**TASK GOAL**
Only the lines from the top of the following listing through the line with "v 342.9 22.225 292.1" belong in your answer, exactly as written.

**SUPPLIED MATERIAL**
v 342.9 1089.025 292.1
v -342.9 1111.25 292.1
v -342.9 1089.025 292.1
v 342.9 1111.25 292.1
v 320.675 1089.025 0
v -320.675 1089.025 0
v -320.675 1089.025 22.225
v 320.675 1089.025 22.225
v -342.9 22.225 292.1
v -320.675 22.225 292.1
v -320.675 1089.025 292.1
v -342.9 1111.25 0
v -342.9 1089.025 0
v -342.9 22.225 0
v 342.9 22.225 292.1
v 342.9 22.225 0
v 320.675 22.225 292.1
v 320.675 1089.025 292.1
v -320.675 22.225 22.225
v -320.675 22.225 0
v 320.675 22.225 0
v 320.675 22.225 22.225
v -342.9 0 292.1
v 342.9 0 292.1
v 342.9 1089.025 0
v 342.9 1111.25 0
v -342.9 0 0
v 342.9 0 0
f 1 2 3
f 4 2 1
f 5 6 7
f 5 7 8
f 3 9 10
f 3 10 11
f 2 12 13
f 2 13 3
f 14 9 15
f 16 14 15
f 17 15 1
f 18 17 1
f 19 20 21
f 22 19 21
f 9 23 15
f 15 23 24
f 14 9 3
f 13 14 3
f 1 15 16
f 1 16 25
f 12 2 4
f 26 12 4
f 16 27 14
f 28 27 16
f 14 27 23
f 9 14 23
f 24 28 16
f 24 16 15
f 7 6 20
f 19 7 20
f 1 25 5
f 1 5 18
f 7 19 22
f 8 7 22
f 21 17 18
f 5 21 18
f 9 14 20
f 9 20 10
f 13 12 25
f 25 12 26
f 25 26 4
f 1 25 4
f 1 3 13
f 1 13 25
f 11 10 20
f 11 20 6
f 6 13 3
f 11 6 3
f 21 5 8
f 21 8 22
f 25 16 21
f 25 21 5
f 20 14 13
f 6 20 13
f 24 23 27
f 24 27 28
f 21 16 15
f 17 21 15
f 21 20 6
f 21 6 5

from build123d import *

# Parameters (mm, degrees)
F1_W     = 685.8
F1_H     = 292.1
F2_DEPTH = 22.225
F3_W     = 641.35
F3_H     = 1066.8
F4_DEPTH = 22.225
F5_W     = 1066.8
F5_H     = 292.1
F6_DEPTH = 22.225


# Not quite as in the source:
# - a variable given as a bare number and used for a length is read in inches; the dataset says mm whatever the document's units were
# - a length typed as a fraction of an inch, garbled in the dataset ("3 / 203.2 mm" for 3/8 in), is restored


with BuildPart() as f2:
    # F1 (on Front) → F2 (new body)
    with BuildSketch(Plane.XZ):
        with Locations((0, 146.05)):
            Rectangle(F1_W, F1_H)
    extrude(amount=-F2_DEPTH)


with BuildPart() as f4:
    # F3 (on face) → F4 (new body)
    with BuildSketch(Plane(origin=(0, 0, 0), x_dir=(1, 0, 0), z_dir=(0, 0, -1))):
        with Locations((0, -555.625)):
            Rectangle(F3_W, F3_H)
    extrude(amount=-F4_DEPTH)


with BuildPart() as f6:
    # F5 (on face) → F6 (new body)
    with BuildSketch(Plane.YZ.offset(342.9)):
        with Locations((555.625, 146.05)):
            Rectangle(F5_W, F5_H)
    extrude(amount=-F6_DEPTH)


with BuildPart() as f7_1:
    # F7: instance of F6
    add(f6.part.mirror(Plane.YZ))


with BuildPart() as f9_1:
    # F9: instance of F2
    add(f2.part.mirror(Plane(origin=(331.7875, 555.625, 146.05), x_dir=(1, 0, 0), z_dir=(0, -1, 0))))


solid = Compound([f2.part, f4.part, f6.part, f7_1.part, f9_1.part])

**WRITTEN SOLUTION**
v 342.9 1089.025 292.1
v -342.9 1111.25 292.1
v -342.9 1089.025 292.1
v 342.9 1111.25 292.1
v 320.675 1089.025 0
v -320.675 1089.025 0
v -320.675 1089.025 22.225
v 320.675 1089.025 22.225
v -342.9 22.225 292.1
v -320.675 22.225 292.1
v -320.675 1089.025 292.1
v -342.9 1111.25 0
v -342.9 1089.025 0
v -342.9 22.225 0
v 342.9 22.225 292.1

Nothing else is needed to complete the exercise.